The thump in the trunk is under a hard launch. I had one fixed on my GTO. The tranny slack problem is different, it's low rpm and it's a clunk in the drive shaft; this is what it sounds like raven is talking about. 

The GTO rarely does it, the V is really easy to do it because GM put some rubber parts in the drivetrain. There is no fix on the V even though it's really bad. It's probably the #1 V owner complaint.

I decided not to try and get the wheel hop out of the V. GM has been denying broken diff claims on V's with BMR parts and GM's fix doesn't look very good to me. The V is my daily driver so I don't worry about drag times anyway.


----------



## GTODEALER (Jan 7, 2005)

Interesting on the "V" stuff, the pinion support should help but if dealers are denying warranty then I'd live with it too. As far as the goat, I've had a few customers that even under "light" acceleration noticed this, I do know what you're talking about on the driveshaft noise, not sure....


----------



## raven1124 (Sep 23, 2005)

AmesGTO said:


> At low rpm it sounds like some tranny slack. I rarely hear it on my GTO, my V does it a lot.

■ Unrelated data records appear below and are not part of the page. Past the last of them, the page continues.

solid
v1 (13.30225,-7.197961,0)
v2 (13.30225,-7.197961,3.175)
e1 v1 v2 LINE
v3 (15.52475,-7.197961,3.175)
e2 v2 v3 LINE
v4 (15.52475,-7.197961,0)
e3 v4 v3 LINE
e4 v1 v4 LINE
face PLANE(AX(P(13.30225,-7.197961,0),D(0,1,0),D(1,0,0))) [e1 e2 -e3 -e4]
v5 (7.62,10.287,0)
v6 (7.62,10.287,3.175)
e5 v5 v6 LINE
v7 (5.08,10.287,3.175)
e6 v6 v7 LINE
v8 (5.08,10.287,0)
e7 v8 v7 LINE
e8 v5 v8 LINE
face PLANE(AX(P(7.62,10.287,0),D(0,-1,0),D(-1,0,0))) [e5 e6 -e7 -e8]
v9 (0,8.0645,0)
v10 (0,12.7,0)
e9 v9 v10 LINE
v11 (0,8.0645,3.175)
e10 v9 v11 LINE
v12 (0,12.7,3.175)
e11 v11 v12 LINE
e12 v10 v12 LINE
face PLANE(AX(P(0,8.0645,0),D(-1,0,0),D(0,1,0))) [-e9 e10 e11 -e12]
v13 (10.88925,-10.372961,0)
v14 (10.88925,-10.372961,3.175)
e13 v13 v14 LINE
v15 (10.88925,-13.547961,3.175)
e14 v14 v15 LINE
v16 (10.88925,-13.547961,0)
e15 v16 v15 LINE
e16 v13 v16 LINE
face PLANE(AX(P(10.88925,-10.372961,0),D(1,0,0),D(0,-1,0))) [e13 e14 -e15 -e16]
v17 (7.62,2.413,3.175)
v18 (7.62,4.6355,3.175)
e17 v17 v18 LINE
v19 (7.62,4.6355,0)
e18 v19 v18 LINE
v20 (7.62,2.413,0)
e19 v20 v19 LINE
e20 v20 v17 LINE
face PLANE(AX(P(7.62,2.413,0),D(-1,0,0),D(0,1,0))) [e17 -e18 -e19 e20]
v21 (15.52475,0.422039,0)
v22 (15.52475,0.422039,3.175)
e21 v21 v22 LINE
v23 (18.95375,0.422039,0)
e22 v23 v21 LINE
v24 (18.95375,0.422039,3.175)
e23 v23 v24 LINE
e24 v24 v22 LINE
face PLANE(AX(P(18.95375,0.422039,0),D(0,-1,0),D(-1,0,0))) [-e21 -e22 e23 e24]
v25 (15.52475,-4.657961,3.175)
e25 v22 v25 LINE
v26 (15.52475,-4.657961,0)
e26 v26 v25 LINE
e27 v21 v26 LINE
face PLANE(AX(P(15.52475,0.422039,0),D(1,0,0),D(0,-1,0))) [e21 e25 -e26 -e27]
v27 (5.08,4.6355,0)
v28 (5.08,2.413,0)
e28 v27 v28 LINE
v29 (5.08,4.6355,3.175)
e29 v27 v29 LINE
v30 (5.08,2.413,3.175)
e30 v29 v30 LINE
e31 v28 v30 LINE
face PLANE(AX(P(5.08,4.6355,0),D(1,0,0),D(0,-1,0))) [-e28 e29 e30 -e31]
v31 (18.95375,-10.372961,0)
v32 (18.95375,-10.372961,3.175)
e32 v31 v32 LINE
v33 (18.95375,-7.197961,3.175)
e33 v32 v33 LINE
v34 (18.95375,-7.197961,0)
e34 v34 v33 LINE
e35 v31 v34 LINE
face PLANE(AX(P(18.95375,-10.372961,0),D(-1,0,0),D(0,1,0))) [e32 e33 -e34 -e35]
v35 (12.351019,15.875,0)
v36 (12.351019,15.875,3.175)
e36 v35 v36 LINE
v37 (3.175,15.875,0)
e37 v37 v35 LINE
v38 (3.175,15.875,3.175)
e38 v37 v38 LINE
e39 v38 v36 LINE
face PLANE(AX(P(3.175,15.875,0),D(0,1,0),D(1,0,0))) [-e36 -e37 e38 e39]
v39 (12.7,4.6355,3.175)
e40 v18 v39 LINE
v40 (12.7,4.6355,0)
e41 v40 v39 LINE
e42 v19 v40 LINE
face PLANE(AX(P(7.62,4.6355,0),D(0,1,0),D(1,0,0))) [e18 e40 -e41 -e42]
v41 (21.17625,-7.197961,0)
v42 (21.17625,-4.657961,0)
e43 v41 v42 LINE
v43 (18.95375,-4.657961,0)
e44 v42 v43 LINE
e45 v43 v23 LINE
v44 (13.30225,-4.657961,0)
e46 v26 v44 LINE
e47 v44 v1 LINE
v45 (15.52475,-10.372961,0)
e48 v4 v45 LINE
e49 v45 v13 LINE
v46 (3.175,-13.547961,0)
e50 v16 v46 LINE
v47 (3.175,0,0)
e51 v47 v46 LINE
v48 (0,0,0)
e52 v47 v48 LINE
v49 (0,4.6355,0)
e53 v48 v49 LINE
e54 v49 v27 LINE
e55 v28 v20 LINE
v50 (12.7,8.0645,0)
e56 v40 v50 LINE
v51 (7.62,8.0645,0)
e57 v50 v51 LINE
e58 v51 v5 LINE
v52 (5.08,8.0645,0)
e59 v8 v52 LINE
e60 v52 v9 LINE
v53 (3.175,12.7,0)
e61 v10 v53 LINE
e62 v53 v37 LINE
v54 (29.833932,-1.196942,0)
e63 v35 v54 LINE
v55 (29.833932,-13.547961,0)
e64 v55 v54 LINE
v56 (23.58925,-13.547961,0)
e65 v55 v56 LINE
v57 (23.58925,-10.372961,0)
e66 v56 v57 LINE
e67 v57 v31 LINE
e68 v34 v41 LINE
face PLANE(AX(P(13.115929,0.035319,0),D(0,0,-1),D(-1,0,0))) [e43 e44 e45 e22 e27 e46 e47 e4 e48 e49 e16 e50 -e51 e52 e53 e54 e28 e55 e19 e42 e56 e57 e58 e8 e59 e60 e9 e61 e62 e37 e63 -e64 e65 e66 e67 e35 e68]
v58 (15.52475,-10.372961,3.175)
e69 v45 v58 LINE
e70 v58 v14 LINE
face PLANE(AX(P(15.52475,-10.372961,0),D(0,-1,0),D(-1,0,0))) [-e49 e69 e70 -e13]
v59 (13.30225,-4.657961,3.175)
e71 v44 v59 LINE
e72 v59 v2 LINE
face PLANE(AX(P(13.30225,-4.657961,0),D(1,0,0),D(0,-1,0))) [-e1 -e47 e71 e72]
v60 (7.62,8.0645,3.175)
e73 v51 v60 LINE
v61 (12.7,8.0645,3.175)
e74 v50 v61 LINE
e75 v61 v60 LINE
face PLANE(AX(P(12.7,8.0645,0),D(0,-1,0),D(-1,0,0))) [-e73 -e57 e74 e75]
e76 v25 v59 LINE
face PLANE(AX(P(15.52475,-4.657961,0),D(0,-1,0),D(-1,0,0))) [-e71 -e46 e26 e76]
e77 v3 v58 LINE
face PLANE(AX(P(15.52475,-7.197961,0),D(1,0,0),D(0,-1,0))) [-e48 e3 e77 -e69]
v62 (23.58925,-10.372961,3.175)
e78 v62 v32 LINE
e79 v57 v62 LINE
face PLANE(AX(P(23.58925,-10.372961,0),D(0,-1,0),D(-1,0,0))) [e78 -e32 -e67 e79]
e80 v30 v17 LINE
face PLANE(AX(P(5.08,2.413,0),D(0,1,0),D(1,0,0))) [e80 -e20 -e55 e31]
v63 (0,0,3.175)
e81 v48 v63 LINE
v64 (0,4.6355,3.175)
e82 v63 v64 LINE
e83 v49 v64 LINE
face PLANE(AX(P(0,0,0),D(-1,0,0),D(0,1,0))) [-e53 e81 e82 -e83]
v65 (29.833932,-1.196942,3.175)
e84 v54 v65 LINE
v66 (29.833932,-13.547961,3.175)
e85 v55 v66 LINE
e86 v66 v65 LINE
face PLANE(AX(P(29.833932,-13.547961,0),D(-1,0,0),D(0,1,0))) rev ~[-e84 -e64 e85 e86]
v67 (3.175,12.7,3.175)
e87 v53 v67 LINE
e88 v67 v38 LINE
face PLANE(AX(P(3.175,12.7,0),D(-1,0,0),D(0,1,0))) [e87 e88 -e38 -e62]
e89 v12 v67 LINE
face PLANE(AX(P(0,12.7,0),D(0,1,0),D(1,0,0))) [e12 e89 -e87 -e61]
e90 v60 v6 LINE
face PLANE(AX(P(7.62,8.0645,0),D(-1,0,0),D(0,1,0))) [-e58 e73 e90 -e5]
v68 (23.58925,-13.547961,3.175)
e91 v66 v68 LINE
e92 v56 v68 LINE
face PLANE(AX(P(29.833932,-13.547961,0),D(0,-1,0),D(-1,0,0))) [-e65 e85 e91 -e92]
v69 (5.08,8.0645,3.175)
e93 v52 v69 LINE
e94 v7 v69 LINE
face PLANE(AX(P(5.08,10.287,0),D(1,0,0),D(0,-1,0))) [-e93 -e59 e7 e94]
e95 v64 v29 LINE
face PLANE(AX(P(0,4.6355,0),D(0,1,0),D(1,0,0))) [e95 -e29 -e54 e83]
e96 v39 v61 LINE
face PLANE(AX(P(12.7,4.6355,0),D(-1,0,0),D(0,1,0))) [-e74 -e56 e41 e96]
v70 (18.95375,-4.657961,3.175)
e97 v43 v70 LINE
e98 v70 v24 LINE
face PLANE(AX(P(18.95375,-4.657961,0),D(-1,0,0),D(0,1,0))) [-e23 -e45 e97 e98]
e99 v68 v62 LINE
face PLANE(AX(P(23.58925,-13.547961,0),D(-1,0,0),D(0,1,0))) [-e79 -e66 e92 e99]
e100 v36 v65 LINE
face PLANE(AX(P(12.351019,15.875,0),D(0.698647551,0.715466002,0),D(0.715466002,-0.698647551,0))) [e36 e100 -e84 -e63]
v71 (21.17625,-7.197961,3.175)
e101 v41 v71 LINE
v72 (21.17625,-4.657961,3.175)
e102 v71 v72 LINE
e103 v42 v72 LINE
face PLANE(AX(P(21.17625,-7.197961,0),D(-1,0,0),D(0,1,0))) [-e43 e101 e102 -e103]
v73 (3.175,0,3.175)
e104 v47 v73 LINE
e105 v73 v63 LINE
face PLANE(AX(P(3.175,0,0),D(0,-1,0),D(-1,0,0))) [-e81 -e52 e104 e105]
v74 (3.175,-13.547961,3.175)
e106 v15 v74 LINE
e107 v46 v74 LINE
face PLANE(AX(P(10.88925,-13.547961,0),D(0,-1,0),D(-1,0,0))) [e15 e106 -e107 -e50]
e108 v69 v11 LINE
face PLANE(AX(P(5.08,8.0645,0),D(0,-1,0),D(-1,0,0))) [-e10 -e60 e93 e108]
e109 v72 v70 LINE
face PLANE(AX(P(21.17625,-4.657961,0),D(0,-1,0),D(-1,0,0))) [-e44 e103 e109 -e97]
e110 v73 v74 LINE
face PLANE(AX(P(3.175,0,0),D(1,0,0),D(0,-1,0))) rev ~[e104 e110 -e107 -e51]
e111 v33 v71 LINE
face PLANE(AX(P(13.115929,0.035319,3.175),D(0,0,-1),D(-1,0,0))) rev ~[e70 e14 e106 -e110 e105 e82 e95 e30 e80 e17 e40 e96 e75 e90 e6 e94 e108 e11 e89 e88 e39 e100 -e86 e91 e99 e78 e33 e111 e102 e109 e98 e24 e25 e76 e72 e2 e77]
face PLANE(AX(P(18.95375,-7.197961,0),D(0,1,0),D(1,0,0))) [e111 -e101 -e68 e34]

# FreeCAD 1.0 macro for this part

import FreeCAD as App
import Part
import Sketcher

V = App.Vector
Q = App.Units.Quantity


def add_polygon(sketch, points):
    """Adds a closed chain of lines whose ends are joined by coincident constraints."""
    first, n = sketch.GeometryCount, len(points)
    for a, b in zip(points, points[1:] + points[:1]):
        sketch.addGeometry(Part.LineSegment(App.Vector(*a, 0), App.Vector(*b, 0)), False)
    for i in range(n):
        sketch.addConstraint(Sketcher.Constraint("Coincident", first + i, 2, first + (i + 1) % n, 1))

doc = App.newDocument("Part")
body = doc.addObject("PartDesign::Body", "Body")

# Sketch on XY plane
sketch1 = body.newObject("Sketcher::SketchObject", "Sketch")
sketch1.AttachmentSupport = (doc.getObject("XY_Plane"), [""])
sketch1.MapMode = "FlatFace"
add_polygon(sketch1, [(0, 4.6), (0, 0), (3.2, 0), (3.2, -13.5), (10.9, -13.5), (10.9, -10.4), (15.5, -10.4), (15.5, -7.2), (13.3, -7.2), (13.3, -4.7), (15.5, -4.7), (15.5, 0.4), (19, 0.4), (19, -4.7), (21.2, -4.7), (21.2, -7.2), (19, -7.2), (19, -10.4), (23.6, -10.4), (23.6, -13.5), (29.8, -13.5), (29.8, -1.2), (12.4, 15.9), (3.2, 15.9), (3.2, 12.7), (0, 12.7), (0, 8.1), (5.1, 8.1), (5.1, 10.3), (7.6, 10.3), (7.6, 8.1), (12.7, 8.1), (12.7, 4.6), (7.6, 4.6), (7.6, 2.4), (5.1, 2.4), (5.1, 4.6)])  # lines 0-36
sketch1.addConstraint([
    Sketcher.Constraint("Vertical", 0),
    Sketcher.Constraint("Horizontal", 1),
    Sketcher.Constraint("Vertical", 2),
    Sketcher.Constraint("Horizontal", 3),
    Sketcher.Constraint("Vertical", 4),
    Sketcher.Constraint("Horizontal", 5),
    Sketcher.Constraint("Vertical", 6),
    Sketcher.Constraint("Horizontal", 7),
    Sketcher.Constraint("Vertical", 8),
    Sketcher.Constraint("Horizontal", 9),
    Sketcher.Constraint("Vertical", 10),
    Sketcher.Constraint("Horizontal", 11),
    Sketcher.Constraint("Vertical", 12),
    Sketcher.Constraint("Horizontal", 13),
    Sketcher.Constraint("Vertical", 14),
    Sketcher.Constraint("Horizontal", 15),
    Sketcher.Constraint("Vertical", 16),
    Sketcher.Constraint("Horizontal", 17),
    Sketcher.Constraint("Vertical", 18),
    Sketcher.Constraint("Horizontal", 19),
    Sketcher.Constraint("Vertical", 20),
    Sketcher.Constraint("Horizontal", 22),
    Sketcher.Constraint("Vertical", 23),
    Sketcher.Constraint("Horizontal", 24),
    Sketcher.Constraint("Vertical", 25),
    Sketcher.Constraint("Horizontal", 26),
    Sketcher.Constraint("Vertical", 27),
    Sketcher.Constraint("Horizontal", 28),
    Sketcher.Constraint("Vertical", 29),
    Sketcher.Constraint("Horizontal", 30),
    Sketcher.Constraint("Vertical", 31),
    Sketcher.Constraint("Horizontal", 32),
    Sketcher.Constraint("Vertical", 33),
    Sketcher.Constraint("Horizontal", 34),
    Sketcher.Constraint("Vertical", 35),
    Sketcher.Constraint("Horizontal", 36),
    Sketcher.Constraint("Coincident", 0, 2, -1, 1),
    Sketcher.Constraint("PointOnObject", 24, 2, -2),
    Sketcher.Constraint("Horizontal", 9, 2, 12, 2),
    Sketcher.Constraint("Horizontal", 7, 2, 14, 2),
    Sketcher.Constraint("Horizontal", 5, 2, 16, 2),
    Sketcher.Constraint("Horizontal", 3, 2, 18, 2),
    Sketcher.Constraint("Horizontal", 26, 2, 29, 2),
    Sketcher.Constraint("Horizontal", 32, 2, 35, 2),
    Sketcher.Constraint("Vertical", 6, 2, 9, 2),
    Sketcher.Constraint("Vertical", 12, 2, 15, 2),
    Sketcher.Constraint("Vertical", 2, 2, 22, 2),
    Sketcher.Constraint("Vertical", 29, 2, 32, 2),
    Sketcher.Constraint("Vertical", 27, 2, 34, 2),
    Sketcher.Constraint("Equal", 9, 13),
    Sketcher.Constraint("Equal", 5, 17),
    Sketcher.Constraint("Equal", 26, 30),
    Sketcher.Constraint("Equal", 17, 0),
    Sketcher.Constraint("Equal", 24, 4),
    Sketcher.Constraint("Equal", 4, 6),
    Sketcher.Constraint("Equal", 34, 8),
    Sketcher.Constraint("Equal", 36, 10),
    Sketcher.Constraint("Equal", 18, 23),
    Sketcher.Constraint("Equal", 0, 25),
    Sketcher.Constraint("Equal", 15, 27),
    Sketcher.Constraint("Equal", 11, 31),
    Sketcher.Constraint("Equal", 29, 33),
    Sketcher.Constraint("DistanceX", 26, 1, 26, 2, Q("0.2 in")),
    Sketcher.Constraint("DistanceX", 28, 1, 28, 2, Q("0.1 in")),
    Sketcher.Constraint("DistanceY", -1, 1, 23, 2, Q("0.5 in")),
    Sketcher.Constraint("DistanceX", 1, 1, 1, 2, Q("0.125 in")),
    Sketcher.Constraint("DistanceX", 11, 1, 11, 2, Q("0.135 in")),
    Sketcher.Constraint("DistanceY", 27, 2, 22, 2, Q("0.22 in")),
    Sketcher.Constraint("Distance", 21, Q("24.4357 mm")),
    Sketcher.Constraint("DistanceX", 3, 1, 3, 2, Q("7.71425 mm")),
    Sketcher.Constraint("DistanceX", 19, 1, 19, 2, Q("6.244682 mm")),
    Sketcher.Constraint("DistanceX", 22, 2, 22, 1, Q("9.176019 mm")),
    Sketcher.Constraint("DistanceY", 2, 2, 2, 1, Q("13.547961 mm")),
])
pad1 = body.newObject("PartDesign::Pad", "Pad")
pad1.Profile = sketch1
pad1.Length = Q("0.125 in")

doc.recompute()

It's not something that can be fixed. Changing how you shift will "fix" it.



Sometimes it's not when I shift. I can hear it when I engage the clutch. For example, I'll pull up to a stop sign in 1st and engage the clutch and brake to stop and "clunk". I'm going to contact my dealer tomorrow. Will post what he replies with.


----------



## AmesGTO (Aug 3, 2004)

raven1124 said:


> Sometimes it's not when I shift. I can hear it when I engage the clutch. For example, I'll pull up to a stop sign in 1st and engage the clutch and brake to stop and "clunk". I'm going to contact my dealer tomorrow. Will post what he replies with.


It's definately tranny slack. That's when it happens, when you press in the clutch. I'd bet a GTO dealer won't know anything about it, like I said it's not fixable anyway. A Caddy dealer likely would know what you are talking about, but they can't fix it either. I usually see it when I'm in a low speed situation and do a slow 1 to 2 shift. But, driving around slow and pressing the clutch in you'll see it. The GTO is a lot tougher to make it happen.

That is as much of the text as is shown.